[DATA IN THIS EXERCISE — start]

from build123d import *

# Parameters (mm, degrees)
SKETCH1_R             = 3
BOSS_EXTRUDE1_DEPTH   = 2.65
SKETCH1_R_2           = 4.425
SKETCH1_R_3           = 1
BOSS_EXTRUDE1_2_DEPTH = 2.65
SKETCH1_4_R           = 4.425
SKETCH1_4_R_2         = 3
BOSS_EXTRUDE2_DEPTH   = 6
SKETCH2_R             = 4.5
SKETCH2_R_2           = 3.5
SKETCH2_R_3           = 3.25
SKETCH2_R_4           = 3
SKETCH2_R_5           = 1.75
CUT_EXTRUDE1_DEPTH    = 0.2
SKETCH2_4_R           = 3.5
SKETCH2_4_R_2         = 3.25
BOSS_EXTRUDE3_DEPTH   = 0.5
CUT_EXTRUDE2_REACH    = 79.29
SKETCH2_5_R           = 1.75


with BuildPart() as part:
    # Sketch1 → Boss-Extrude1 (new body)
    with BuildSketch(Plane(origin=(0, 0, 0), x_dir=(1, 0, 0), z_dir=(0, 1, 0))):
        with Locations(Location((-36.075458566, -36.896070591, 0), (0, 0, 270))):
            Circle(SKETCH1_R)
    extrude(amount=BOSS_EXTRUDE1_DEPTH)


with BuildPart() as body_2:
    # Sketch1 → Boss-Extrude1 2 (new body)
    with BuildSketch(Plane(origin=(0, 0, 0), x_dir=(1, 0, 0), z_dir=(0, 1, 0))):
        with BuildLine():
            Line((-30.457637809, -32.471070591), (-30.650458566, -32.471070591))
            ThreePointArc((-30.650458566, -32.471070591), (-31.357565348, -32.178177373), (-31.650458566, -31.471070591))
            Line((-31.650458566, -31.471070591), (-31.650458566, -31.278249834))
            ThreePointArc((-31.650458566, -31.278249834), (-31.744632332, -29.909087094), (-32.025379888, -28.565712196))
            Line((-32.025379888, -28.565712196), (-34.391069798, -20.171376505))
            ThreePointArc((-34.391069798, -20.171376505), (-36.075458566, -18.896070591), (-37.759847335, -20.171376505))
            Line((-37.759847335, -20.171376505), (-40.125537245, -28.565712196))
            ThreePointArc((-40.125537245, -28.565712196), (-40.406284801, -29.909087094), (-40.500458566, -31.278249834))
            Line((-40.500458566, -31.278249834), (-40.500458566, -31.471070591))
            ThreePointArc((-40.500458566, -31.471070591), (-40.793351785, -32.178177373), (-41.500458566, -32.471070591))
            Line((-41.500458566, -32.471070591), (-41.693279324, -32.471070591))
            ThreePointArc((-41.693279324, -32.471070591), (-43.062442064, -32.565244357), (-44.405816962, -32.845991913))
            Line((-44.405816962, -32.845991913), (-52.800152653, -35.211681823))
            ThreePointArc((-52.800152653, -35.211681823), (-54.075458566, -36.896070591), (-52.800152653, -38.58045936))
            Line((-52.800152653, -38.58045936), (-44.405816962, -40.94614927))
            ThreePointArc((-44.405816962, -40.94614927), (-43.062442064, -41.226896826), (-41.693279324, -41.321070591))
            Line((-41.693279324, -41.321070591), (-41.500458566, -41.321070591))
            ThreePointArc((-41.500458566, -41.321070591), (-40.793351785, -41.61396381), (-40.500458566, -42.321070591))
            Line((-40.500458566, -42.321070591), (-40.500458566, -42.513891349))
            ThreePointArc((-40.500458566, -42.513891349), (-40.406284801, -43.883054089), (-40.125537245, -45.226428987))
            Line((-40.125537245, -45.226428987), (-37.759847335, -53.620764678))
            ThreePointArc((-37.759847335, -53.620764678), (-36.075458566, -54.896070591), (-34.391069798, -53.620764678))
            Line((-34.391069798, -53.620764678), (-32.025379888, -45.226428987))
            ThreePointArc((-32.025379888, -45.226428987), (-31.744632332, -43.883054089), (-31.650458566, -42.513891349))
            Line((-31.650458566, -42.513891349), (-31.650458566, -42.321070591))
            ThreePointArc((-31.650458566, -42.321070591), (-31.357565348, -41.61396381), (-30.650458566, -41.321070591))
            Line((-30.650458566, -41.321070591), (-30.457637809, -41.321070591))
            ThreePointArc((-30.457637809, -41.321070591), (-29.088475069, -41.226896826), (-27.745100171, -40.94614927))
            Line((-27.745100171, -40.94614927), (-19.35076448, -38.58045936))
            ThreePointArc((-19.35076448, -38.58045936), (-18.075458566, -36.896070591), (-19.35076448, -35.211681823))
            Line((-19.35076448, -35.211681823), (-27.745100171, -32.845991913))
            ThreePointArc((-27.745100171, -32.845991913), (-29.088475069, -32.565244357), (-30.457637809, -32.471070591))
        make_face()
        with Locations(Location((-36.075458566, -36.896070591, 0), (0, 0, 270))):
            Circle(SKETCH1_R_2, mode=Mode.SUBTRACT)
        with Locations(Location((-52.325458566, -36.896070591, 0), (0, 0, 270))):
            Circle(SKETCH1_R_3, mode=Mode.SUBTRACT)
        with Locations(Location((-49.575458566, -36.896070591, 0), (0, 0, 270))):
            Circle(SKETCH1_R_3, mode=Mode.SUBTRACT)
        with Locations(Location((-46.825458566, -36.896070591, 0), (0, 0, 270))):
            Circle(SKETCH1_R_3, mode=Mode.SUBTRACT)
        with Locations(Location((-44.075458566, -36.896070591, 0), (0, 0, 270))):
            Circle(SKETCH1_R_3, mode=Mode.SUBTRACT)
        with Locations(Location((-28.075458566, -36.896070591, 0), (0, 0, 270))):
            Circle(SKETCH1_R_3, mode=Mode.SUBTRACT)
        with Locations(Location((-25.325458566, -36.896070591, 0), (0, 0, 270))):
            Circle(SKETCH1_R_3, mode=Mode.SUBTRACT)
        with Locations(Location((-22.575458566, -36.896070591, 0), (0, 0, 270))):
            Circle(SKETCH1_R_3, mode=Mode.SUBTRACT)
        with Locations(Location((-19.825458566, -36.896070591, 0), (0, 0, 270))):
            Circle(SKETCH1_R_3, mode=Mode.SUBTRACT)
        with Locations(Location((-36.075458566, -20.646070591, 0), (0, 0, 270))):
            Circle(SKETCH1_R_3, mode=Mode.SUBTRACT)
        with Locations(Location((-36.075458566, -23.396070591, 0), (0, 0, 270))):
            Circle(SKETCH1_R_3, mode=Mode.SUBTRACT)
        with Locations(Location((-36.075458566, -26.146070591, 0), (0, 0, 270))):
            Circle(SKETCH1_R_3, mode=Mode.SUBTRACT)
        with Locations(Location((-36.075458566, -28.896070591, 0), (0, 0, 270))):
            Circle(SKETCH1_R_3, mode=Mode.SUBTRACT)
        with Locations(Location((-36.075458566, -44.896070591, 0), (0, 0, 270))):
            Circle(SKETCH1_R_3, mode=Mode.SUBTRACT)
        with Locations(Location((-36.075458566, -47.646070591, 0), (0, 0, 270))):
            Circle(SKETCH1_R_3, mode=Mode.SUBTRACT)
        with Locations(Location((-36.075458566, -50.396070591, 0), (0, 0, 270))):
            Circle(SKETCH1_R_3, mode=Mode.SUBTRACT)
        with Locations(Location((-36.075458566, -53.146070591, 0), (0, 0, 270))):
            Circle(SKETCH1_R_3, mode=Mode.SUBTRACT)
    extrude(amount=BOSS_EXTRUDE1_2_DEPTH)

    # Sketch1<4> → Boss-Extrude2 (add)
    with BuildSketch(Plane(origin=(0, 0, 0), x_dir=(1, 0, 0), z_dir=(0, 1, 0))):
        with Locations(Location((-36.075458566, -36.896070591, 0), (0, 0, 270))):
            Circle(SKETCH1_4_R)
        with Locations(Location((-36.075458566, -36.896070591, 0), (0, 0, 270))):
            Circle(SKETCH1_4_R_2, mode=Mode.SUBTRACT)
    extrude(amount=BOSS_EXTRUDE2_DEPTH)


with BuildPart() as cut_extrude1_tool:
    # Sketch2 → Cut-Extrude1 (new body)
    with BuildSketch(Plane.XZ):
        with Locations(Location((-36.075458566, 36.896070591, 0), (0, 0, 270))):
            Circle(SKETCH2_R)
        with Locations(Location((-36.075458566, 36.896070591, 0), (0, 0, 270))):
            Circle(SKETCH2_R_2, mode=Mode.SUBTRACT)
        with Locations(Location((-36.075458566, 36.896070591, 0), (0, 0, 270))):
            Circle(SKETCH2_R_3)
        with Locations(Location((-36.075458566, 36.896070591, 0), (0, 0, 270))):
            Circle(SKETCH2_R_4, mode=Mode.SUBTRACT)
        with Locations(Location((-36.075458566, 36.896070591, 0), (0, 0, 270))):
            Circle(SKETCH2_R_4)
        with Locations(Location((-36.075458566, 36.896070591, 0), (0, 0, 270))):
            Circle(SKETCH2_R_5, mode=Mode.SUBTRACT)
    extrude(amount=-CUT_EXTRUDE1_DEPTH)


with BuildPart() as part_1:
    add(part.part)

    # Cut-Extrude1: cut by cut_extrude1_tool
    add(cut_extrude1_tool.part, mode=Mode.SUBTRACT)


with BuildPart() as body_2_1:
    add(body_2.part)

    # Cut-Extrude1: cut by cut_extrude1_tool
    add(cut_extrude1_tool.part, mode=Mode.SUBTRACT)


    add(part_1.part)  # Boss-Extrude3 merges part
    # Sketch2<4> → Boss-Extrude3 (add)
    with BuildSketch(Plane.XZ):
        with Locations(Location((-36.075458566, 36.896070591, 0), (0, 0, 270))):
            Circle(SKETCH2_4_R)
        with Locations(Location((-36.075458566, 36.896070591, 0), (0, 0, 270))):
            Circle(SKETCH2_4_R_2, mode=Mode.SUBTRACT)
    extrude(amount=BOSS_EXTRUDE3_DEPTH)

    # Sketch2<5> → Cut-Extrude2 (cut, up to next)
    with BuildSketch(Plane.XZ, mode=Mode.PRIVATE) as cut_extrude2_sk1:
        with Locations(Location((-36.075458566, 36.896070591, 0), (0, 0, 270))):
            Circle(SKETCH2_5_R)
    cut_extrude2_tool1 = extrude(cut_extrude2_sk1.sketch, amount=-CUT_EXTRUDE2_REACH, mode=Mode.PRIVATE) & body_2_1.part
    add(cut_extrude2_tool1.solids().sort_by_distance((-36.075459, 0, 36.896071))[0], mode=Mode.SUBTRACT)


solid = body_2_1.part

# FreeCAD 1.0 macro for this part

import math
import FreeCAD as App
import Part
import Sketcher
from FreeCAD import Vector

doc = App.newDocument("Part")
body = doc.addObject("PartDesign::Body", "Body")

# Sketch on XZ plane
sketch1 = body.newObject("Sketcher::SketchObject", "Sketch")
sketch1.AttachmentSupport = (doc.getObject("XZ_Plane"), [""])
sketch1.MapMode = "FlatFace"
sketch1.addGeometry(Part.Circle(Vector(-36.1, 36.9, 0), Vector(0, 0, 1), 3), False)
sketch1.addConstraint(Sketcher.Constraint("Diameter", 0, 6.0))
sketch1.addConstraint(Sketcher.Constraint("DistanceX", 0, 3, -1, 1, 36.075459))
sketch1.addConstraint(Sketcher.Constraint("DistanceY", -1, 1, 0, 3, 36.896071))
pad1 = body.newObject("PartDesign::Pad", "Pad")
pad1.Profile = sketch1
pad1.Length = 2.65
pad1.Reversed = True
body2 = doc.addObject("PartDesign::Body", "Body001")

# Sketch on XZ plane
sketch2 = body2.newObject("Sketcher::SketchObject", "Sketch001")
sketch2.AttachmentSupport = (doc.getObject("XZ_Plane001"), [""])
sketch2.MapMode = "FlatFace"
sketch2.addGeometry(Part.LineSegment(Vector(-30.46, 32.47, 0), Vector(-30.65, 32.47, 0)), False)
sketch2.addGeometry(Part.ArcOfCircle(Part.Circle(Vector(-30.65, 31.47, 0), Vector(0, 0, 1), 1), math.radians(90), math.radians(180)), False)
sketch2.addGeometry(Part.LineSegment(Vector(-31.65, 31.47, 0), Vector(-31.65, 31.28, 0)), False)
sketch2.addGeometry(Part.ArcOfCircle(Part.Circle(Vector(-41.65, 31.28, 0), Vector(0, 0, 1), 10), math.radians(-15.74), math.radians(0)), False)
sketch2.addGeometry(Part.LineSegment(Vector(-32.03, 28.57, 0), Vector(-34.39, 20.17, 0)), False)
sketch2.addGeometry(Part.ArcOfCircle(Part.Circle(Vector(-36.08, 20.65, 0), Vector(0, 0, 1), 1.75), math.radians(-164), math.radians(-16)), False)
sketch2.addGeometry(Part.LineSegment(Vector(-37.76, 20.17, 0), Vector(-40.13, 28.57, 0)), False)
sketch2.addGeometry(Part.ArcOfCircle(Part.Circle(Vector(-30.5, 31.28, 0), Vector(0, 0, 1), 10), math.radians(180), math.radians(195.74)), False)
sketch2.addGeometry(Part.LineSegment(Vector(-40.5, 31.28, 0), Vector(-40.5, 31.47, 0)), False)
sketch2.addGeometry(Part.ArcOfCircle(Part.Circle(Vector(-41.5, 31.47, 0), Vector(0, 0, 1), 1), math.radians(0), math.radians(90)), False)
sketch2.addGeometry(Part.LineSegment(Vector(-41.5, 32.47, 0), Vector(-41.69, 32.47, 0)), False)
sketch2.addGeometry(Part.ArcOfCircle(Part.Circle(Vector(-41.69, 42.47, 0), Vector(0, 0, 1), 10), math.radians(-105.74), math.radians(-90)), False)
sketch2.addGeometry(Part.LineSegment(Vector(-44.41, 32.85, 0), Vector(-52.8, 35.21, 0)), False)
sketch2.addGeometry(Part.ArcOfCircle(Part.Circle(Vector(-52.33, 36.9, 0), Vector(0, 0, 1), 1.75), math.radians(106), math.radians(254)), False)
sketch2.addGeometry(Part.LineSegment(Vector(-52.8, 38.58, 0), Vector(-44.41, 40.95, 0)), False)
sketch2.addGeometry(Part.ArcOfCircle(Part.Circle(Vector(-41.69, 31.32, 0), Vector(0, 0, 1), 10), math.radians(90), math.radians(105.74)), False)
sketch2.addGeometry(Part.LineSegment(Vector(-41.69, 41.32, 0), Vector(-41.5, 41.32, 0)), False)
sketch2.addGeometry(Part.ArcOfCircle(Part.Circle(Vector(-41.5, 42.32, 0), Vector(0, 0, 1), 1), math.radians(-90), math.radians(0)), False)
sketch2.addGeometry(Part.LineSegment(Vector(-40.5, 42.32, 0), Vector(-40.5, 42.51, 0)), False)
sketch2.addGeometry(Part.ArcOfCircle(Part.Circle(Vector(-30.5, 42.51, 0), Vector(0, 0, 1), 10), math.radians(164.26), math.radians(180)), False)
sketch2.addGeometry(Part.LineSegment(Vector(-40.13, 45.23, 0), Vector(-37.76, 53.62, 0)), False)
sketch2.addGeometry(Part.ArcOfCircle(Part.Circle(Vector(-36.08, 53.15, 0), Vector(0, 0, 1), 1.75), math.radians(16), math.radians(164)), False)
sketch2.addGeometry(Part.LineSegment(Vector(-34.39, 53.62, 0), Vector(-32.03, 45.23, 0)), False)
sketch2.addGeometry(Part.ArcOfCircle(Part.Circle(Vector(-41.65, 42.51, 0), Vector(0, 0, 1), 10), math.radians(0), math.radians(15.74)), False)
sketch2.addGeometry(Part.LineSegment(Vector(-31.65, 42.51, 0), Vector(-31.65, 42.32, 0)), False)
sketch2.addGeometry(Part.ArcOfCircle(Part.Circle(Vector(-30.65, 42.32, 0), Vector(0, 0, 1), 1), math.radians(180), math.radians(270)), False)
sketch2.addGeometry(Part.LineSegment(Vector(-30.65, 41.32, 0), Vector(-30.46, 41.32, 0)), False)
sketch2.addGeometry(Part.ArcOfCircle(Part.Circle(Vector(-30.46, 31.32, 0), Vector(0, 0, 1), 10), math.radians(74.26), math.radians(90)), False)
sketch2.addGeometry(Part.LineSegment(Vector(-27.75, 40.95, 0), Vector(-19.35, 38.58, 0)), False)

[DATA IN THIS EXERCISE — finish]

▶ [REQUIRED WORK]
Search the listing above for the string "amount" and return each line it appears on.

▶ [TASK SOLUTION]
    extrude(amount=BOSS_EXTRUDE1_DEPTH)
    extrude(amount=BOSS_EXTRUDE1_2_DEPTH)
    extrude(amount=BOSS_EXTRUDE2_DEPTH)
    extrude(amount=-CUT_EXTRUDE1_DEPTH)
    extrude(amount=BOSS_EXTRUDE3_DEPTH)
    cut_extrude2_tool1 = extrude(cut_extrude2_sk1.sketch, amount=-CUT_EXTRUDE2_REACH, mode=Mode.PRIVATE) & body_2_1.part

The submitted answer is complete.